───── MATERIAL PROVIDED ─────

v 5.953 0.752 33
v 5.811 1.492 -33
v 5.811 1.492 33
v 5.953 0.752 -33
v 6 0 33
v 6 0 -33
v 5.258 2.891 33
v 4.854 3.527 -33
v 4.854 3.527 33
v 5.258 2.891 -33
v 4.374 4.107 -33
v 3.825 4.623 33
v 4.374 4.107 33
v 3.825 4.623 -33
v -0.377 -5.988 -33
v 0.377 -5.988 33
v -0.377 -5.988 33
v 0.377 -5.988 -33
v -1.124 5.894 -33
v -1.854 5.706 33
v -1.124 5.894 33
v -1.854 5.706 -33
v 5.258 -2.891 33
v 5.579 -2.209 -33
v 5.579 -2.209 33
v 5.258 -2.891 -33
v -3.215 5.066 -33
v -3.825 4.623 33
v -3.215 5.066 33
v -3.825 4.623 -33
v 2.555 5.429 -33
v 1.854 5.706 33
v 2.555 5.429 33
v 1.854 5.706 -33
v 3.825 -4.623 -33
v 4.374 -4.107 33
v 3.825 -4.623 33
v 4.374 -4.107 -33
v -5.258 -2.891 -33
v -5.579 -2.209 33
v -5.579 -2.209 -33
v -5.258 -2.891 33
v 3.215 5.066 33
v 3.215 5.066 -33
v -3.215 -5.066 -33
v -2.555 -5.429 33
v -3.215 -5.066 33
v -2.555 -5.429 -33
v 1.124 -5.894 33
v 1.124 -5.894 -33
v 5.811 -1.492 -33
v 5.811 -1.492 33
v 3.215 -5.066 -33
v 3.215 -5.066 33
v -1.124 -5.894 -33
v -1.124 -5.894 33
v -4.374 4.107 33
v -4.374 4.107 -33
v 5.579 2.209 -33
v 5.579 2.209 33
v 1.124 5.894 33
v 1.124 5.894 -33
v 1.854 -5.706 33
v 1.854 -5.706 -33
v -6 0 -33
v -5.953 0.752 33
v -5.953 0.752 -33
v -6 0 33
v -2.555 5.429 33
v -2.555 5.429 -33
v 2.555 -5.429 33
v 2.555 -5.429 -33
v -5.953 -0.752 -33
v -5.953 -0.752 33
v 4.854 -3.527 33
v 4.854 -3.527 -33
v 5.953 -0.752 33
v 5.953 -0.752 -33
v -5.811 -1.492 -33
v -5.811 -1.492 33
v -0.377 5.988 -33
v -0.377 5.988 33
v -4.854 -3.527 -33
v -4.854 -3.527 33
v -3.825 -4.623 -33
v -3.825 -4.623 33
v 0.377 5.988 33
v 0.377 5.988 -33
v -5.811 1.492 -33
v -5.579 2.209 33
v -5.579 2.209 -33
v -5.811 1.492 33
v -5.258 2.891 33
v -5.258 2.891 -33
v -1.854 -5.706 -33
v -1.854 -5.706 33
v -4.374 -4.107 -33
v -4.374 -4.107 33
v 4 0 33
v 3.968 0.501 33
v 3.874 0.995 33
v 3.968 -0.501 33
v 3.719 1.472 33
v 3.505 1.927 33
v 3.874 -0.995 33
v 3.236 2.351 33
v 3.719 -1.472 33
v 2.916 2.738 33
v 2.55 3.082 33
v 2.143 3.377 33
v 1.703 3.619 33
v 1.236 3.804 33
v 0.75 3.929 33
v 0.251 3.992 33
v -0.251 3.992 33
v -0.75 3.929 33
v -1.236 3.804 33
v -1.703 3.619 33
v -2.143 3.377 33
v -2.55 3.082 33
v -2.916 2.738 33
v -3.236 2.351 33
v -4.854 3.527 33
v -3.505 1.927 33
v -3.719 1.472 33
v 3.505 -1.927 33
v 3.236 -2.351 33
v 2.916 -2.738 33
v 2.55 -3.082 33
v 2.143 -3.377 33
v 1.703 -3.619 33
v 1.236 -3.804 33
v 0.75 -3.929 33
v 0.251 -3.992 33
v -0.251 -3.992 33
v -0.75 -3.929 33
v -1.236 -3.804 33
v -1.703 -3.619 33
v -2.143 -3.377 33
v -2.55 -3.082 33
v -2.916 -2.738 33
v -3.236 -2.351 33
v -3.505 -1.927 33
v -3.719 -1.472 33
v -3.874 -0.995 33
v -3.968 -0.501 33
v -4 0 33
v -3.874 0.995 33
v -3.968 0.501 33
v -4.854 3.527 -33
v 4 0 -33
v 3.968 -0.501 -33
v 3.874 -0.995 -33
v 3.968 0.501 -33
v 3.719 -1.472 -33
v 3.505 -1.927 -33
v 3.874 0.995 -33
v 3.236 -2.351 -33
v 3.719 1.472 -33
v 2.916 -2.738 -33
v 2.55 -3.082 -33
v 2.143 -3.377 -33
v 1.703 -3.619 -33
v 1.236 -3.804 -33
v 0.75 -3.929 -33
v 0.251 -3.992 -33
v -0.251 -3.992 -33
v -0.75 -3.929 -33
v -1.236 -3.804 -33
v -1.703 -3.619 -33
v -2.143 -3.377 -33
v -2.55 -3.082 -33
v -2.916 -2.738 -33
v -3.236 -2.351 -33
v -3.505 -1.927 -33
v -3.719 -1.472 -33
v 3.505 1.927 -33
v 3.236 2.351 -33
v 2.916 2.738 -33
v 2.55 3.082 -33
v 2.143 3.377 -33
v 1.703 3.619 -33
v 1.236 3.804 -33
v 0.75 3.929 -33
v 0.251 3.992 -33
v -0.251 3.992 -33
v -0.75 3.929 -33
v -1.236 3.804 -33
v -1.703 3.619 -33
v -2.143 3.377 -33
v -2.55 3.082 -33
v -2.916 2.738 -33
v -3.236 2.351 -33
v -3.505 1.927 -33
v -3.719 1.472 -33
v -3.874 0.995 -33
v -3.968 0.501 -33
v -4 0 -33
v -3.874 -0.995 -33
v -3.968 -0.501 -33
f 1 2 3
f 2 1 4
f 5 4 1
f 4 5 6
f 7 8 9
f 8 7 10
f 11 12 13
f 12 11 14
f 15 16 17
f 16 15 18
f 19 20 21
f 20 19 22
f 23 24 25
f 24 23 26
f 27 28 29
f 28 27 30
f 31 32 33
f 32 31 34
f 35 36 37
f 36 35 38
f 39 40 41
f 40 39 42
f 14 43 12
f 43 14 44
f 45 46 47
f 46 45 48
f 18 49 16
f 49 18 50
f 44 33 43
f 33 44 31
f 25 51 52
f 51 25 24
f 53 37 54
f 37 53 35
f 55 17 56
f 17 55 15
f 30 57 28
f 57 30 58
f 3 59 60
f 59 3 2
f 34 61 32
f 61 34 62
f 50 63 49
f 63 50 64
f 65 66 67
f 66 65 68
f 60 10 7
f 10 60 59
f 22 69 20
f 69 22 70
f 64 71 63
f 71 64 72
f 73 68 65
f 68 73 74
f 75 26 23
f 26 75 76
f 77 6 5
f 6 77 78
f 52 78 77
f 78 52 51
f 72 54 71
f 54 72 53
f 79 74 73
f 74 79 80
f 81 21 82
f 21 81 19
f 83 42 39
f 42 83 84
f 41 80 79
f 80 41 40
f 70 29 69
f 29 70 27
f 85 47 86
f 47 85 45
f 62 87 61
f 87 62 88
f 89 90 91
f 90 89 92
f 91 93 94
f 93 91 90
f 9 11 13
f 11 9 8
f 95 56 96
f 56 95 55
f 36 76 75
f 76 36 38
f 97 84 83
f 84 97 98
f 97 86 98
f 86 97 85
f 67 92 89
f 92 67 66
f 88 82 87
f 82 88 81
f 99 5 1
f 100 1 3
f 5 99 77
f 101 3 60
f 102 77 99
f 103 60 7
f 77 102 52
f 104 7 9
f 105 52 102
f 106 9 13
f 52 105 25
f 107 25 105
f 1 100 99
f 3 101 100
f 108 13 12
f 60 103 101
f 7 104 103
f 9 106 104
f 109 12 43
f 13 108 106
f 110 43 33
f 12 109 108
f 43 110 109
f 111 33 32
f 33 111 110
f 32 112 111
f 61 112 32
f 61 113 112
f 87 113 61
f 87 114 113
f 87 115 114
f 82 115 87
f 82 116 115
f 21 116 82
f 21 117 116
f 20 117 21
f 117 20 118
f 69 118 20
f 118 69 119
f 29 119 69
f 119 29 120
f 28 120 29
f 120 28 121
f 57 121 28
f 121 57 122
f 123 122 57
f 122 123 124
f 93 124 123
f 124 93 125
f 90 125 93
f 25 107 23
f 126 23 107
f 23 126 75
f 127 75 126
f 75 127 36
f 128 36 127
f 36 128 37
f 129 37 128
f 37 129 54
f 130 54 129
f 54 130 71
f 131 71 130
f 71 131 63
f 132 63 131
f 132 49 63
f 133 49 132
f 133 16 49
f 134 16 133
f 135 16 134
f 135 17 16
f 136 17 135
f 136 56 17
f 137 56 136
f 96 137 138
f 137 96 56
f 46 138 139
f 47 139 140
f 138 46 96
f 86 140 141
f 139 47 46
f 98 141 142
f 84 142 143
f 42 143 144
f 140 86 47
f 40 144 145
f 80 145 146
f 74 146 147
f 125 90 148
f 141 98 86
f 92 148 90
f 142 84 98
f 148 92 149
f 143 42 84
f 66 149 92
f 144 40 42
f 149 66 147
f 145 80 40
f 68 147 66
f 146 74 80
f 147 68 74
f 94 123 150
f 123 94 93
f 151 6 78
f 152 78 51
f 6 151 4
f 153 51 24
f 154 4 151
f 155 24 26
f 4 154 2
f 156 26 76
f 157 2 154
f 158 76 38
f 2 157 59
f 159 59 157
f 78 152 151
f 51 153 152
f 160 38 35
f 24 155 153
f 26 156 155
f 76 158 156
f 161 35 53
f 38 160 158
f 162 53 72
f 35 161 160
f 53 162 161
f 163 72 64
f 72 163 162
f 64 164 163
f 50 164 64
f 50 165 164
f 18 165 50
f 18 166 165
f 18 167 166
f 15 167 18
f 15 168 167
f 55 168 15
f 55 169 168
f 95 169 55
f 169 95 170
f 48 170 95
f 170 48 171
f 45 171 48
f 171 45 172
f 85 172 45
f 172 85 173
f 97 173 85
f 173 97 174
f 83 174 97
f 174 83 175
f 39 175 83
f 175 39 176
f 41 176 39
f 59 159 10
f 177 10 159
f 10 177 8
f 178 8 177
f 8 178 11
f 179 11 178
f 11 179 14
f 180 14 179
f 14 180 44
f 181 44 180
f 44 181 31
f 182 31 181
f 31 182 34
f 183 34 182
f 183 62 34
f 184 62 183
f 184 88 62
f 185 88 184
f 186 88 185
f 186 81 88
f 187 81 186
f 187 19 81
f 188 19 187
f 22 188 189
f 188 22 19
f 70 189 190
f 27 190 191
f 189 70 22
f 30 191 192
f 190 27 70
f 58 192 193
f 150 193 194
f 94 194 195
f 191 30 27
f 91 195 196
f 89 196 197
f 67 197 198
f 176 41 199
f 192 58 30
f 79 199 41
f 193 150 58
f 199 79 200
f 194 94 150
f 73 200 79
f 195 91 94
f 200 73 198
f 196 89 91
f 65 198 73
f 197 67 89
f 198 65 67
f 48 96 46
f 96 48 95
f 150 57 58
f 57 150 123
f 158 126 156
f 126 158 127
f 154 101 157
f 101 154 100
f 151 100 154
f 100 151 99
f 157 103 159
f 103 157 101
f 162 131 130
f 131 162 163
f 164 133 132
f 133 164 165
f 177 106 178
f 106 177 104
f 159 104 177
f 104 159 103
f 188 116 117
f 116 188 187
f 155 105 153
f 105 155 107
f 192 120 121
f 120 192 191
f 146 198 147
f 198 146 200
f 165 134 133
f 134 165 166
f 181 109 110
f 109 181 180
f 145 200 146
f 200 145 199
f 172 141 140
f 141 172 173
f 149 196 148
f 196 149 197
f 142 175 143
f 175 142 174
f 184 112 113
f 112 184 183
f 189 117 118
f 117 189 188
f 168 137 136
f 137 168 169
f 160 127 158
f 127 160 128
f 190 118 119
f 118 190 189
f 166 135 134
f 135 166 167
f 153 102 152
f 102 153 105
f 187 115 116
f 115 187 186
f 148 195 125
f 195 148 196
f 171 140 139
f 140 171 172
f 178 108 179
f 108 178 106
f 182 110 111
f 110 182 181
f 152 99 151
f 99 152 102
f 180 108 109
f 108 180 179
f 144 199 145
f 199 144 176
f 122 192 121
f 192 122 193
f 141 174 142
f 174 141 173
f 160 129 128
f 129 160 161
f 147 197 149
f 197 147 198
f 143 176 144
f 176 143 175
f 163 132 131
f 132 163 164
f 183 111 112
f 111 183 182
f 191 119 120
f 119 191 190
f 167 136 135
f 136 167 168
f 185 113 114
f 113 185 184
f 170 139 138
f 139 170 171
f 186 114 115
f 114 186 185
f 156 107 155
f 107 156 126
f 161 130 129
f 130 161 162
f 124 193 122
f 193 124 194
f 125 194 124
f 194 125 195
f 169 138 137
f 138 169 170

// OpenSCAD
$fn = 50;


difference() {
	union() {
		translate(v = [0, 0, -33.0000000000]) {
			cylinder(h = 66, r = 6.0000000000);
		}
	}
	union() {
		translate(v = [0, 0, -100.0000000000]) {
			cylinder(h = 200, r = 4.0000000000);
		}
	}
}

─────

INSTRUCTIONS FOR THE TASK
Quote only the stretch of lines that starts the data above and ends with the line containing "v -3.215 5.066 33", both included.

YOUR SOLUTION
v 5.953 0.752 33
v 5.811 1.492 -33
v 5.811 1.492 33
v 5.953 0.752 -33
v 6 0 33
v 6 0 -33
v 5.258 2.891 33
v 4.854 3.527 -33
v 4.854 3.527 33
v 5.258 2.891 -33
v 4.374 4.107 -33
v 3.825 4.623 33
v 4.374 4.107 33
v 3.825 4.623 -33
v -0.377 -5.988 -33
v 0.377 -5.988 33
v -0.377 -5.988 33
v 0.377 -5.988 -33
v -1.124 5.894 -33
v -1.854 5.706 33
v -1.124 5.894 33
v -1.854 5.706 -33
v 5.258 -2.891 33
v 5.579 -2.209 -33
v 5.579 -2.209 33
v 5.258 -2.891 -33
v -3.215 5.066 -33
v -3.825 4.623 33
v -3.215 5.066 33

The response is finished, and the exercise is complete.